Security Configuration

Environment Variables Security

# Use a secrets management service in production
export OPENAI_API_KEY=$(aws secretsmanager get-secret-value --secret-id openai-key --query SecretString --output text)
export DATABASE_PASSWORD=$(azure keyvault secret show --vault-name MyKeyVault --name db-password --query value -o tsv)

Network Security

# docker-compose.prod.yml security additions
services:
  backend:
    networks:
      - backend-network
    deploy:
      resources:
        limits:
          memory: 2G
          cpus: '1.0'
        reservations:
          memory: 1G
          cpus: '0.5'

  postgres:
    networks:
      - backend-network
    # Only accessible from backend, not exposed publicly

networks:
  backend-network:
    driver: bridge
    internal: true  # Internal network only

SSL/TLS Configuration

# Generate SSL certificates with Let's Encrypt
certbot certonly --webroot -w /var/www/html -d yourdomain.com

# Or use existing certificates
cp /path/to/your/cert.pem /etc/nginx/ssl/
cp /path/to/your/key.pem /etc/nginx/ssl/

Deployment Checklist

Pre-deployment

  • Environment Variables: All secrets configured in secure storage
  • Database: PostgreSQL instance created and accessible
  • SSL Certificates: Valid certificates for HTTPS
  • Resource Limits: CPU/memory limits configured
  • Backup Strategy: Database backup schedule configured

Deployment

  • Docker Images: Built and pushed to registry
  • Load Balancer: Configured with health checks
  • Database Migration: Schema initialized
  • Configuration: Production config.yaml deployed
  • Monitoring: Health checks and metrics collection active

Post-deployment

  • Health Check: All endpoints responding correctly
  • Load Testing: System performance under load verified
  • Log Monitoring: Error rates and performance logs reviewed
  • Security Scan: Vulnerability assessment completed
  • Backup Verification: Database backup/restore tested

Troubleshooting Production Issues

Common Deployment Issues

1. Database Connection Failures

# Check PostgreSQL connectivity
psql -h your-db-host -U username -d database_name -c "SELECT 1;"

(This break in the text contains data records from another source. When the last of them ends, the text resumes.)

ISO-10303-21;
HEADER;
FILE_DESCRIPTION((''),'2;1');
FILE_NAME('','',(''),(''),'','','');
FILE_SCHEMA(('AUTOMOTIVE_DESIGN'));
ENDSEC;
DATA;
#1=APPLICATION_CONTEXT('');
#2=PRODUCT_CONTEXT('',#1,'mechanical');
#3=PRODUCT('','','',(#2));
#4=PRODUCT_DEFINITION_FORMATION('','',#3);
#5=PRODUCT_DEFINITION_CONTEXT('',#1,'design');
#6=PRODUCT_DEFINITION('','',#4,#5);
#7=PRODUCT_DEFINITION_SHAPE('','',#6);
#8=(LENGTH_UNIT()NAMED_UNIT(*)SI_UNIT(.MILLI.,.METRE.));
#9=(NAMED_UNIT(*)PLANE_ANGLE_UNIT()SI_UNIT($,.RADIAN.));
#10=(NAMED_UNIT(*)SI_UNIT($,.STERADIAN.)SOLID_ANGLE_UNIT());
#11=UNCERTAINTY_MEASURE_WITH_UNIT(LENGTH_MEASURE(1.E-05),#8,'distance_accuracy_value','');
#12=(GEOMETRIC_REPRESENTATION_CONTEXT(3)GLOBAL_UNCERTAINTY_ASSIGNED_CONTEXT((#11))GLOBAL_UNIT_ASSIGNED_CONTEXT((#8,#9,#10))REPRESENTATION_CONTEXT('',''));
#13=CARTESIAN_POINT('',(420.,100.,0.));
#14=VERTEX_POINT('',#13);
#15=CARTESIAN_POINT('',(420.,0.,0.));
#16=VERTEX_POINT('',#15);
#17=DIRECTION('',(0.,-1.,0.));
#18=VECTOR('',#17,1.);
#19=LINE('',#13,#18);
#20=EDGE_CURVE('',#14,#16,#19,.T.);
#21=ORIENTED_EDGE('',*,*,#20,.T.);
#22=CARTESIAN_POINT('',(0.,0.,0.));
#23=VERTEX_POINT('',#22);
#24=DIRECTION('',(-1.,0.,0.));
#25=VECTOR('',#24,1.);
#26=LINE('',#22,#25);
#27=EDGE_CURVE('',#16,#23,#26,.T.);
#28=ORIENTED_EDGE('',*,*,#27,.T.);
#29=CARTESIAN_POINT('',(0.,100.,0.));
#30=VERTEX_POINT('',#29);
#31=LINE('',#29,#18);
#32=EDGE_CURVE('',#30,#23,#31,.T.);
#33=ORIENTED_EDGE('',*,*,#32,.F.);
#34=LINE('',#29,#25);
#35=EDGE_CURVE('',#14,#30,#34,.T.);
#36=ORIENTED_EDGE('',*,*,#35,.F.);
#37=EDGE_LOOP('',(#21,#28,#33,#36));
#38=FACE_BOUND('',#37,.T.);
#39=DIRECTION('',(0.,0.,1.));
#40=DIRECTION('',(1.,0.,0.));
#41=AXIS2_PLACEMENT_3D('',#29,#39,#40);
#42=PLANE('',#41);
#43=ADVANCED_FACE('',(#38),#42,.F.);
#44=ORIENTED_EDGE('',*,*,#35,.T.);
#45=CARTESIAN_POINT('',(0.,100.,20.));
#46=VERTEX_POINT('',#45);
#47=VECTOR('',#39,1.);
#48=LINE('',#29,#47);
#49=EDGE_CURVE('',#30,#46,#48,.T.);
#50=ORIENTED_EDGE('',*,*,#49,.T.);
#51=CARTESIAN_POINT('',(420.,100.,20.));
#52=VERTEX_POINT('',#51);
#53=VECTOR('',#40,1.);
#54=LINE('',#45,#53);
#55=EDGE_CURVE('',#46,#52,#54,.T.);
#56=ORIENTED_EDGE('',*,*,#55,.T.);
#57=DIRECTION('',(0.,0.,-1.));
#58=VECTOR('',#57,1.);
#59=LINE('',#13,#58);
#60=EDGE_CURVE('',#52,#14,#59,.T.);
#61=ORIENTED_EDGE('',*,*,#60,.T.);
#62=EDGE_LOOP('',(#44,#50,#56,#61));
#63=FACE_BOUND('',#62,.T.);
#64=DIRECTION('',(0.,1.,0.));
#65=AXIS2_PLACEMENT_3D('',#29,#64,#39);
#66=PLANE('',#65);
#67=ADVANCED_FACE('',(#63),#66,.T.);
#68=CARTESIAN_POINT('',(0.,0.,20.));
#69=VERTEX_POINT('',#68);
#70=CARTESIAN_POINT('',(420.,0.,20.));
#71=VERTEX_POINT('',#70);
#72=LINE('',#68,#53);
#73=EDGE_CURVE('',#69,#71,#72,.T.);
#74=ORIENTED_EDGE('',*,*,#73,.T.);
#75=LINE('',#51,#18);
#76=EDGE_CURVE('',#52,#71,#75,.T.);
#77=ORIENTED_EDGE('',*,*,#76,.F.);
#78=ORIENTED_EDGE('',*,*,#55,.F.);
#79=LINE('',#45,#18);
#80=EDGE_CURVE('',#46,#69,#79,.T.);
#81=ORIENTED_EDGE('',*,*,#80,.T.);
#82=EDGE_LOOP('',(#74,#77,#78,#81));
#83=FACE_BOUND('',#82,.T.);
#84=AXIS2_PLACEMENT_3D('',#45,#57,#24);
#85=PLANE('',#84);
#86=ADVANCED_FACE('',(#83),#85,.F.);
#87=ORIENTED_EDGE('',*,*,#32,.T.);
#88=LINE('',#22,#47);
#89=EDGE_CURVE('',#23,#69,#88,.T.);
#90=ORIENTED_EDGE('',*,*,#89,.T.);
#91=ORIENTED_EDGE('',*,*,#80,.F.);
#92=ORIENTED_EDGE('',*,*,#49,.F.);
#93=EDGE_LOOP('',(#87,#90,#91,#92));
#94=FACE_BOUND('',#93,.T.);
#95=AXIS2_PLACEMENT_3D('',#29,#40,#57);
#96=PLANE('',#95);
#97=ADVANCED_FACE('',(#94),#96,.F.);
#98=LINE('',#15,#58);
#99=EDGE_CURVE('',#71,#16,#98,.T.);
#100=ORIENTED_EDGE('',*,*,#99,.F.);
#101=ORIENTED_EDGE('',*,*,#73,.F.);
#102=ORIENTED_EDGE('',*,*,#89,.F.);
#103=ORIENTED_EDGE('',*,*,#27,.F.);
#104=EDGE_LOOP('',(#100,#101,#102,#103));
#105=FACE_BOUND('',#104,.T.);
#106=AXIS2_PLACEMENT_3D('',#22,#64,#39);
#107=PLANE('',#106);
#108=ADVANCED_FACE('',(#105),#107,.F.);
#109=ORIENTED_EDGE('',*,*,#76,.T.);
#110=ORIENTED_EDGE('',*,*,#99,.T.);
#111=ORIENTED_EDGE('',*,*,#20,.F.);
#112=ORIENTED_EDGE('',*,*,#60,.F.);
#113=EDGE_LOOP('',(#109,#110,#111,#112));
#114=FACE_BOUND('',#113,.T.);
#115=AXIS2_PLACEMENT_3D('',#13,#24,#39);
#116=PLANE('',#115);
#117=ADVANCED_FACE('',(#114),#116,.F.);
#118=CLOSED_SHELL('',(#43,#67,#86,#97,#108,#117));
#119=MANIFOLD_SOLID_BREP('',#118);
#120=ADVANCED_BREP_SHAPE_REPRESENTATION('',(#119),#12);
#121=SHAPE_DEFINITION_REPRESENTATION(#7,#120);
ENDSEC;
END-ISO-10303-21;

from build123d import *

# Parameters (mm, degrees)
SKETCH_1_W      = 420
SKETCH_1_H      = 20
EXTRUDE_1_DEPTH = 100


with BuildPart() as part:
    # 草图1 → 凸台-拉伸1 (new body)
    with BuildSketch(Plane(origin=(0, 0, 0), x_dir=(1, 0, 0), z_dir=(0, 1, 0))):
        with Locations((210, -10)):
            Rectangle(SKETCH_1_W, SKETCH_1_H)
    extrude(amount=EXTRUDE_1_DEPTH)


solid = part.part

# Verify connection string format
echo $DATABASE_URL

2. Container Health Check Failures

# Check container logs
docker logs container-name

# Test health endpoint manually
curl -f http://localhost:8000/health

3. SSL Certificate Issues

# Verify certificate validity
openssl x509 -in /etc/nginx/ssl/cert.pem -text -noout

# Check certificate expiration
openssl x509 -in /etc/nginx/ssl/cert.pem -noout -dates

4. High Memory Usage

# Monitor memory usage
docker stats

# Check for memory leaks
docker exec -it container-name top

Performance Optimization

# Production optimizations in config.yaml
app:
  memory_ttl_days: 3  # Reduce memory usage
  max_tool_loops: 3   # Limit computation

postgresql:
  pool_size: 20       # Connection pooling
  max_overflow: 0     # Prevent connection leaks

llm:
  rag:
    max_context_length: 32000  # Reduce context window if needed
    temperature: 0.1           # More deterministic responses

This deployment guide covers the essential aspects of running the Agentic RAG system in production. For specific cloud providers or deployment scenarios not covered here, consult the provider's documentation and adapt these configurations accordingly.